Quote exactly and only this range of lines in the data below: the line that holds "e4 v4 v4 CIRCLE(AX(P(0,0,2),D(0,0,1),D(1,0,0)),3)" to the line that holds "FreeCAD Python script", both included.

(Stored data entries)
****
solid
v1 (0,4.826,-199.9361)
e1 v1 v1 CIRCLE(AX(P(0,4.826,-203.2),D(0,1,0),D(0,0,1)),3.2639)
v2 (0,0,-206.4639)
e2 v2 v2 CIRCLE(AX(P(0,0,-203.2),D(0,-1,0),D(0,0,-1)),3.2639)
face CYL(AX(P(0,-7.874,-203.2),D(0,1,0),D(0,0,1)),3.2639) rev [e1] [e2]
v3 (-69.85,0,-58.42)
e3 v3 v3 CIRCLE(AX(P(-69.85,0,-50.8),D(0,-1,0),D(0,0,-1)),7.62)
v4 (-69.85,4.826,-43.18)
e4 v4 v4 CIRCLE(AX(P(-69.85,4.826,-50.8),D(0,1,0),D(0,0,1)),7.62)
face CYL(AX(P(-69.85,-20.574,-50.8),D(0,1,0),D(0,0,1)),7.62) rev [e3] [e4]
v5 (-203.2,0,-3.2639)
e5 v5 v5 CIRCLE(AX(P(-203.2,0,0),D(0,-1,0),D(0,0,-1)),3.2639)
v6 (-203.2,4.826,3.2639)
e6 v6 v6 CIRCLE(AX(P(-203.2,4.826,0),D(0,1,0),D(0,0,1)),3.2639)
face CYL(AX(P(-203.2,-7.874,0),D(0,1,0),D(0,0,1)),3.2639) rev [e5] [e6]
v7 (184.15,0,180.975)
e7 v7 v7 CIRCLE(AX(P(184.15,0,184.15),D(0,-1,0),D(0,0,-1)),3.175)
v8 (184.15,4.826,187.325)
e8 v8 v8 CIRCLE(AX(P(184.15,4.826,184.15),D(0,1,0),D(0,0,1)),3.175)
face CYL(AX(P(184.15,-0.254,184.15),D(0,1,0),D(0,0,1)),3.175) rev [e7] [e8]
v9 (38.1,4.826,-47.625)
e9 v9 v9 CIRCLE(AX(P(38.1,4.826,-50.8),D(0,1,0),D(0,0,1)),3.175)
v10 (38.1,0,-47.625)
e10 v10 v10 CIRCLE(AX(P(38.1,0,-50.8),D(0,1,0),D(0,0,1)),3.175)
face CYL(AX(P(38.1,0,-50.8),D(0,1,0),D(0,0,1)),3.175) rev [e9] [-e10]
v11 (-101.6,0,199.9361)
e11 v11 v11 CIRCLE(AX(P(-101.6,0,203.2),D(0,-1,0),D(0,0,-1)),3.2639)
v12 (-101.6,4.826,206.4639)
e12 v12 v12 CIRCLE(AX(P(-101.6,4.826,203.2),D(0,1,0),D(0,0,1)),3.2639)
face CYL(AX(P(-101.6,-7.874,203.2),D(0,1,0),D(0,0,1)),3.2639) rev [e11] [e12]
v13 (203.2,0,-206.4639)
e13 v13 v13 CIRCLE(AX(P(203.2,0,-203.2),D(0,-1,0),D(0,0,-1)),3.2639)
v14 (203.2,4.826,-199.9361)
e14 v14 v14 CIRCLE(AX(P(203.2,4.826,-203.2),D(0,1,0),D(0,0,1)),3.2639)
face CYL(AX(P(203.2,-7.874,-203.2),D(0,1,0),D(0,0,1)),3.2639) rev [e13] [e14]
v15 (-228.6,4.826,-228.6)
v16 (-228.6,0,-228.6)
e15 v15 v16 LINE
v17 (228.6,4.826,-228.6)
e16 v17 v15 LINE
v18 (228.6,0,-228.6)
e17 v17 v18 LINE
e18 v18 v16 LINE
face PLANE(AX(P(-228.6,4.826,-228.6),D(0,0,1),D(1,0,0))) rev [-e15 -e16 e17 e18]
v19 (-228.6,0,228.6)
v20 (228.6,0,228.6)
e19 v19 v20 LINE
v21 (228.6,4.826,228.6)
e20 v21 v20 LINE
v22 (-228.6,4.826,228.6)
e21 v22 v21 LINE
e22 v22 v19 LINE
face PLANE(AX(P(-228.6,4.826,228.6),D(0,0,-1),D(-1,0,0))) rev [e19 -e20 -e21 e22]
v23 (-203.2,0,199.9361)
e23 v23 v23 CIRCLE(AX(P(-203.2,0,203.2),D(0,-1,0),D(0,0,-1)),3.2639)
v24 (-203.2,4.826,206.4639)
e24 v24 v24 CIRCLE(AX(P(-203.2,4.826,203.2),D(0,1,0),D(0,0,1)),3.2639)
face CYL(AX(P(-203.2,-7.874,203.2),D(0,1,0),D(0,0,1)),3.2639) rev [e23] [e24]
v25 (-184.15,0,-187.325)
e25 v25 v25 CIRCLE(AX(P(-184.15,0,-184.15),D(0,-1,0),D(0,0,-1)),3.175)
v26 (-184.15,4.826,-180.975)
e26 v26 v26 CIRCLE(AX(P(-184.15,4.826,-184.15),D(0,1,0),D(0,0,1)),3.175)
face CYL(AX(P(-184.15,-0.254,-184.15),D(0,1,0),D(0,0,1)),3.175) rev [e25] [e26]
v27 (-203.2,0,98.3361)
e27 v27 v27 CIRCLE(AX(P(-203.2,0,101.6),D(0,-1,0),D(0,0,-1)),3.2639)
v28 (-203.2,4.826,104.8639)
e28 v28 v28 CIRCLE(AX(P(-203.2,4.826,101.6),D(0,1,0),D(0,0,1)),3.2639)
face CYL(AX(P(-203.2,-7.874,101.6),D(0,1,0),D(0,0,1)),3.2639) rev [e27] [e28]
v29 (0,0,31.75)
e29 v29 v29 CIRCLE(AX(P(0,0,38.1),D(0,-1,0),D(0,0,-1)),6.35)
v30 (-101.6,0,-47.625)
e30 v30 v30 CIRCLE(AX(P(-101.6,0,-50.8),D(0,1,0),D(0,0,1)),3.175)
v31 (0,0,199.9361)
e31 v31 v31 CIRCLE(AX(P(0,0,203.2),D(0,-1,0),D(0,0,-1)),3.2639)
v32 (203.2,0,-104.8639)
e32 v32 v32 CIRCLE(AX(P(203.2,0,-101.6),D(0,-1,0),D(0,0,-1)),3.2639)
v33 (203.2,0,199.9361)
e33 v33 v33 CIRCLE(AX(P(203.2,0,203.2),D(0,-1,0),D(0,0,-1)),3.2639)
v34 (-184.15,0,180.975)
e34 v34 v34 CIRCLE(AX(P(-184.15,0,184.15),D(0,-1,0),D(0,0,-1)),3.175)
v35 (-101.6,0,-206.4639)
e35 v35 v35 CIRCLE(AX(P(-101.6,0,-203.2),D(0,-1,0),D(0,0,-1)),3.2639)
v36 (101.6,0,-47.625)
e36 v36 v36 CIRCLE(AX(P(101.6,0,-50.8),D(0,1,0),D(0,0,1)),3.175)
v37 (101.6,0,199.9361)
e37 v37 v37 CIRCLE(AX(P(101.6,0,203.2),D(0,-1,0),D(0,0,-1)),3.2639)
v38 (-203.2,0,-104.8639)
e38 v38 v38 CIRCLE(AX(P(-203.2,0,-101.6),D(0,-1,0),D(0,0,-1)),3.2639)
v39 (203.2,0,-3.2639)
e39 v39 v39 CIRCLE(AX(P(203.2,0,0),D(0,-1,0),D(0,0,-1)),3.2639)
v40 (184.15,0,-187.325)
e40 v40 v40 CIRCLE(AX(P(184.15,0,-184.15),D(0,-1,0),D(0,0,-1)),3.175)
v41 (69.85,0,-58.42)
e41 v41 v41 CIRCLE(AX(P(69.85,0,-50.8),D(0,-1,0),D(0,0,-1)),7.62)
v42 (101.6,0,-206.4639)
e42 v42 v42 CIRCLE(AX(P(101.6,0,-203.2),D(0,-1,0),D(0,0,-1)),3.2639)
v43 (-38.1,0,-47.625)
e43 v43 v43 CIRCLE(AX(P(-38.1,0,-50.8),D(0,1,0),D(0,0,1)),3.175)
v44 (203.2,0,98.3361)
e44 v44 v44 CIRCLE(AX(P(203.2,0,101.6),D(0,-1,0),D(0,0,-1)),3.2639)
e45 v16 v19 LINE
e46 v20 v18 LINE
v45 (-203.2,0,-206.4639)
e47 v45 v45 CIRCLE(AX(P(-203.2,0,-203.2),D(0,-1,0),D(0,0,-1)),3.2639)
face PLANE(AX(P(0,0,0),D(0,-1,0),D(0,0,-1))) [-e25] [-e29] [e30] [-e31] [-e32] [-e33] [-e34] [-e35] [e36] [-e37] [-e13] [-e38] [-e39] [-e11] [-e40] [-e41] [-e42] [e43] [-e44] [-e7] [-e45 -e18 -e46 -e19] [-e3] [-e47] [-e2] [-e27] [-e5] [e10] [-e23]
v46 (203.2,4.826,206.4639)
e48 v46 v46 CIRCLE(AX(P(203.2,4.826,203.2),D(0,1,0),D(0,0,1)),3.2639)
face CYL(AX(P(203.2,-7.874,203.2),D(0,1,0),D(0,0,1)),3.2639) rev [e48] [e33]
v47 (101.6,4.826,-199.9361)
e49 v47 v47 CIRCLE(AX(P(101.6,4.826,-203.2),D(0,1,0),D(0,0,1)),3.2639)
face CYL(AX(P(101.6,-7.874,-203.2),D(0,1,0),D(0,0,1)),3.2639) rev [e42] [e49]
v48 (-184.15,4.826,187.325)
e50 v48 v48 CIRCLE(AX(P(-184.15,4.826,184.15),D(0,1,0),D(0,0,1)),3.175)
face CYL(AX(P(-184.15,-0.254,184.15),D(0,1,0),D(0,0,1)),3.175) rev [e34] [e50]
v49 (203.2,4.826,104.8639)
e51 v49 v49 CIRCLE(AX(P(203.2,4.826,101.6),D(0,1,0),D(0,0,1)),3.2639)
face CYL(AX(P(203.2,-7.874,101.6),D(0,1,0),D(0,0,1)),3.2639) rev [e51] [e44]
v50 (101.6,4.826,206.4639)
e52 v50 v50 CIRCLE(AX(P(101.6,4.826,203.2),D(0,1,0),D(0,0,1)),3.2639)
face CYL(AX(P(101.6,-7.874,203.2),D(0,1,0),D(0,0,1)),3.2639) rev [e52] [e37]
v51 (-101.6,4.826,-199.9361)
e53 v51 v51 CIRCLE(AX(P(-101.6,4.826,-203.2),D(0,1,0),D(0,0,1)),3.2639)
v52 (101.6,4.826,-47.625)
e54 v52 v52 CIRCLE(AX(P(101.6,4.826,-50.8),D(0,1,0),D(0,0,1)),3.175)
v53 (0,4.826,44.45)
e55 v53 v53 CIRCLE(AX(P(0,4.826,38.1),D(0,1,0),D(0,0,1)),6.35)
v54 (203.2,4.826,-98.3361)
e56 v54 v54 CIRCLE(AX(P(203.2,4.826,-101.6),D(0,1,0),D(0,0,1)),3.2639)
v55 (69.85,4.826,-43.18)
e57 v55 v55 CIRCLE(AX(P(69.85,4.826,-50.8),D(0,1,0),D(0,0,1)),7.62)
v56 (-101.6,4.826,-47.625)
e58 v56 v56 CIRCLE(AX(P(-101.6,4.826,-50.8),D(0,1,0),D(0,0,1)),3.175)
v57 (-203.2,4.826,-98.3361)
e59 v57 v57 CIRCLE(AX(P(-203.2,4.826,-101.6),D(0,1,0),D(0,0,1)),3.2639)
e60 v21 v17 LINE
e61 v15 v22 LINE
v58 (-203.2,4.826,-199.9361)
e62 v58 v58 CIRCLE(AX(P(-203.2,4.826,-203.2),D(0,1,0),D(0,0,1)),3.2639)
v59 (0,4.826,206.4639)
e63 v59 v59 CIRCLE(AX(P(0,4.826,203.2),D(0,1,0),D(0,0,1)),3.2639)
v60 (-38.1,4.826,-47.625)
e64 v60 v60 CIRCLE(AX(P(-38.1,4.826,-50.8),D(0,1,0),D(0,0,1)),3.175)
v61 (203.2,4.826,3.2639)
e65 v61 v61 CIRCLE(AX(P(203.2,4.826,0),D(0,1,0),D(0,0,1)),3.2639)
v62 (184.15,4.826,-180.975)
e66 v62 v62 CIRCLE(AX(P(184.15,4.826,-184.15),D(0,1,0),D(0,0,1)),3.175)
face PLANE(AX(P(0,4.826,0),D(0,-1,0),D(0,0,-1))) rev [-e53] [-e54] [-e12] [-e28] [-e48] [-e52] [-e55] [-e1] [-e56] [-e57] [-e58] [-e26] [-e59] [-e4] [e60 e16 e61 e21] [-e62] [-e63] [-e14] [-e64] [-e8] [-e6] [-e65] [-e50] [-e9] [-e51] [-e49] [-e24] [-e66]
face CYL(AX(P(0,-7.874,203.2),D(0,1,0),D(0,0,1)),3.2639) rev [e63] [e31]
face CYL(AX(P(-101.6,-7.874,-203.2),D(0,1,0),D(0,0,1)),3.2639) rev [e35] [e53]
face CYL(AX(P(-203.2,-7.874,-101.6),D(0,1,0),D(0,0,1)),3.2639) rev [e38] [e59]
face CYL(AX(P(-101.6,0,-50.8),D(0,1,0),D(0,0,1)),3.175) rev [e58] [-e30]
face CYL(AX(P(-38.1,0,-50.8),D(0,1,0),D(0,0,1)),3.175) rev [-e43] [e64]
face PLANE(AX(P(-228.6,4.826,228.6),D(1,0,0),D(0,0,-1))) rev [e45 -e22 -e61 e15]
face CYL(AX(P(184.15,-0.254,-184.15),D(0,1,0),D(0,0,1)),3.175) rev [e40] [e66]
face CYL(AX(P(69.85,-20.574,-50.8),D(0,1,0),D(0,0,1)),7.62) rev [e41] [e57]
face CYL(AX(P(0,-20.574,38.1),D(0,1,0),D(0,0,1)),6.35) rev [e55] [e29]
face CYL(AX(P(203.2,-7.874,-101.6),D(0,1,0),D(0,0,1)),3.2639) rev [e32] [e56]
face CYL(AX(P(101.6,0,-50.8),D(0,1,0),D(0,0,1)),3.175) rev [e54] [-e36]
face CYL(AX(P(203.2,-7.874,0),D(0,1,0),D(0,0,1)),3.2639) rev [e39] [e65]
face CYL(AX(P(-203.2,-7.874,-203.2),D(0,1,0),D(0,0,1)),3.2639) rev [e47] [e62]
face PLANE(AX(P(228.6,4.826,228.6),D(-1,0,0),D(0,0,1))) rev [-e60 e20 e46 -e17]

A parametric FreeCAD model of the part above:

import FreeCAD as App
import Part
import Sketcher
from FreeCAD import Vector
Q = App.Units.Quantity

doc = App.newDocument("Part")
body = doc.addObject("PartDesign::Body", "Body")

sketch1 = body.newObject("Sketcher::SketchObject", "Sketch")
sketch1.AttachmentSupport = (doc.getObject("XZ_Plane"), [""])
sketch1.MapMode = "FlatFace"
sketch1.addGeometry([
    Part.LineSegment(Vector(-228.6, -228.6, 0), Vector(-228.6, 228.6, 0)),
    Part.LineSegment(Vector(-228.6, 228.6, 0), Vector(228.6, 228.6, 0)),
    Part.LineSegment(Vector(228.6, 228.6, 0), Vector(228.6, -228.6, 0)),
    Part.LineSegment(Vector(228.6, -228.6, 0), Vector(-228.6, -228.6, 0)),
], False)
sketch1.addConstraint([
    Sketcher.Constraint("Coincident", 0, 2, 1, 1),
    Sketcher.Constraint("Coincident", 1, 2, 2, 1),
    Sketcher.Constraint("Coincident", 2, 2, 3, 1),
    Sketcher.Constraint("Coincident", 3, 2, 0, 1),
    Sketcher.Constraint("Vertical", 0),
    Sketcher.Constraint("Horizontal", 1),
    Sketcher.Constraint("Vertical", 2),
    Sketcher.Constraint("Horizontal", 3),
    Sketcher.Constraint("Symmetric", 0, 2, 2, 2, -1, 1),
    Sketcher.Constraint("Equal", 3, 0),
    Sketcher.Constraint("DistanceX", 1, 1, 1, 2, Q("18 in")),
])
pad1 = body.newObject("PartDesign::Pad", "Pad")
pad1.Profile = sketch1
pad1.Length = Q("0.19 in")
pad1.Reversed = True

sketch2 = body.newObject("Sketcher::SketchObject", "Sketch001")
sketch2.AttachmentSupport = (doc.getObject("XZ_Plane"), [""])
sketch2.MapMode = "FlatFace"
sketch2.AttachmentOffset = App.Placement(Vector(0, 0, -0.19 * 25.4), App.Rotation())
sketch2.addGeometry([
    Part.Circle(Vector(69.85, -50.8, 0), Vector(0, 0, 1), 7.62),
    Part.Circle(Vector(-69.85, -50.8, 0), Vector(0, 0, 1), 7.62),
    Part.Circle(Vector(0, 38.1, 0), Vector(0, 0, 1), 6.35),
], False)
sketch2.addConstraint([
    Sketcher.Constraint("Equal", 0, 1),
    Sketcher.Constraint("Symmetric", 0, 3, 1, 3, -2),
    Sketcher.Constraint("PointOnObject", 2, 3, -2),
    Sketcher.Constraint("Diameter", 0, Q("0.6 in")),
    Sketcher.Constraint("Diameter", 2, Q("0.5 in")),
    Sketcher.Constraint("DistanceY", 0, 3, -1, 1, Q("2 in")),
    Sketcher.Constraint("DistanceY", -1, 1, 2, 3, Q("1.5 in")),
    Sketcher.Constraint("DistanceX", 1, 3, 0, 3, Q("5.5 in")),
])
pocket1 = body.newObject("PartDesign::Pocket", "Pocket")
pocket1.Profile = sketch2
pocket1.Length = Q("1 in")
pocket1.Reversed = True
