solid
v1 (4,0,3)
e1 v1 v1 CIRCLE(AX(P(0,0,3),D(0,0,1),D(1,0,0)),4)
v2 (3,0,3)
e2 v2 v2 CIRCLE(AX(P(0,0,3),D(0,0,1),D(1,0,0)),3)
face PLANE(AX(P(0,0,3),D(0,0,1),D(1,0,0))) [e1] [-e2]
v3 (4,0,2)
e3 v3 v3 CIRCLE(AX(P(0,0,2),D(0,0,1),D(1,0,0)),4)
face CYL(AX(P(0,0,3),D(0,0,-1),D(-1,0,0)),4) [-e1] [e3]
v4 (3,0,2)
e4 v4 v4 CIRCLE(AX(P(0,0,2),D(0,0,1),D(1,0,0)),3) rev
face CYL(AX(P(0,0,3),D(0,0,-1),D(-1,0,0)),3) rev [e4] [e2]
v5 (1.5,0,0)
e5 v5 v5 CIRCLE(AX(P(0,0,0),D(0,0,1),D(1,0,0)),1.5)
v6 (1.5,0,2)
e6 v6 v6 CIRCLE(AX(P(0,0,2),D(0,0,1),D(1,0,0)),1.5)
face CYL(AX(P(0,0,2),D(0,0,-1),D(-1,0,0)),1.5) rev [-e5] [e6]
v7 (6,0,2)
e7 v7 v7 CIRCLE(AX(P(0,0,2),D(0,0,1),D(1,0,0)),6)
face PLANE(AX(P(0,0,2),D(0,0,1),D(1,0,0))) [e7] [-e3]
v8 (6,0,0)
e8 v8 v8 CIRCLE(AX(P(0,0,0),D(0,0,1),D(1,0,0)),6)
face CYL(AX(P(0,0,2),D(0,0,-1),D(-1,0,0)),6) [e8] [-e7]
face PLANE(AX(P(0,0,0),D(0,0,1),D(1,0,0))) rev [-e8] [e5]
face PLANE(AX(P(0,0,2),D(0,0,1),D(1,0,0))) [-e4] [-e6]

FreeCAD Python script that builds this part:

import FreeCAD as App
import Part
import Sketcher
from FreeCAD import Vector

doc = App.newDocument("Part")
body = doc.addObject("PartDesign::Body", "Body")

sketch1 = doc.addObject("Sketcher::SketchObject", "Sketch")
body.addObject(sketch1)
sketch1.AttachmentSupport = (doc.XY_Plane, [""])
sketch1.MapMode = "FlatFace"
sketch1.addGeometry(Part.Circle(Vector(0, 0, 0), Vector(0, 0, 1), 6), False)
sketch1.addGeometry(Part.Circle(Vector(0, 0, 0), Vector(0, 0, 1), 1.5), False)
sketch1.addConstraint(Sketcher.Constraint("Coincident", 0, 3, -1, 1))
sketch1.addConstraint(Sketcher.Constraint("Coincident", 1, 3, -1, 1))
sketch1.addConstraint(Sketcher.Constraint("Diameter", 0, 12.0))
sketch1.addConstraint(Sketcher.Constraint("Diameter", 1, 3.0))
pad1 = doc.addObject("PartDesign::Pad", "Pad")
body.addObject(pad1)
pad1.Profile = sketch1
pad1.Length = 2

sketch2 = doc.addObject("Sketcher::SketchObject", "Sketch001")
body.addObject(sketch2)
sketch2.AttachmentSupport = (doc.XY_Plane, [""])
sketch2.MapMode = "FlatFace"
sketch2.AttachmentOffset = App.Placement(Vector(0, 0, 2), App.Rotation())
sketch2.addGeometry(Part.Circle(Vector(0, 0, 0), Vector(0, 0, 1), 4), False)
sketch2.addGeometry(Part.Circle(Vector(0, 0, 0), Vector(0, 0, 1), 3), False)
sketch2.addConstraint(Sketcher.Constraint("Coincident", 0, 3, -1, 1))
sketch2.addConstraint(Sketcher.Constraint("Coincident", 1, 3, -1, 1))
sketch2.addConstraint(Sketcher.Constraint("Diameter", 0, 8.0))
sketch2.addConstraint(Sketcher.Constraint("Diameter", 1, 6.0))
pad2 = doc.addObject("PartDesign::Pad", "Pad001")
body.addObject(pad2)
pad2.Profile = sketch2
pad2.Length = 1

doc.recompute()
****
• Your response:
e4 v4 v4 CIRCLE(AX(P(0,0,2),D(0,0,1),D(1,0,0)),3) rev
face CYL(AX(P(0,0,3),D(0,0,-1),D(-1,0,0)),3) rev [e4] [e2]
v5 (1.5,0,0)
e5 v5 v5 CIRCLE(AX(P(0,0,0),D(0,0,1),D(1,0,0)),1.5)
v6 (1.5,0,2)
e6 v6 v6 CIRCLE(AX(P(0,0,2),D(0,0,1),D(1,0,0)),1.5)
face CYL(AX(P(0,0,2),D(0,0,-1),D(-1,0,0)),1.5) rev [-e5] [e6]
v7 (6,0,2)
e7 v7 v7 CIRCLE(AX(P(0,0,2),D(0,0,1),D(1,0,0)),6)
face PLANE(AX(P(0,0,2),D(0,0,1),D(1,0,0))) [e7] [-e3]
v8 (6,0,0)
e8 v8 v8 CIRCLE(AX(P(0,0,0),D(0,0,1),D(1,0,0)),6)
face CYL(AX(P(0,0,2),D(0,0,-1),D(-1,0,0)),6) [e8] [-e7]
face PLANE(AX(P(0,0,0),D(0,0,1),D(1,0,0))) rev [-e8] [e5]
face PLANE(AX(P(0,0,2),D(0,0,1),D(1,0,0))) [-e4] [-e6]

FreeCAD Python script that builds this part:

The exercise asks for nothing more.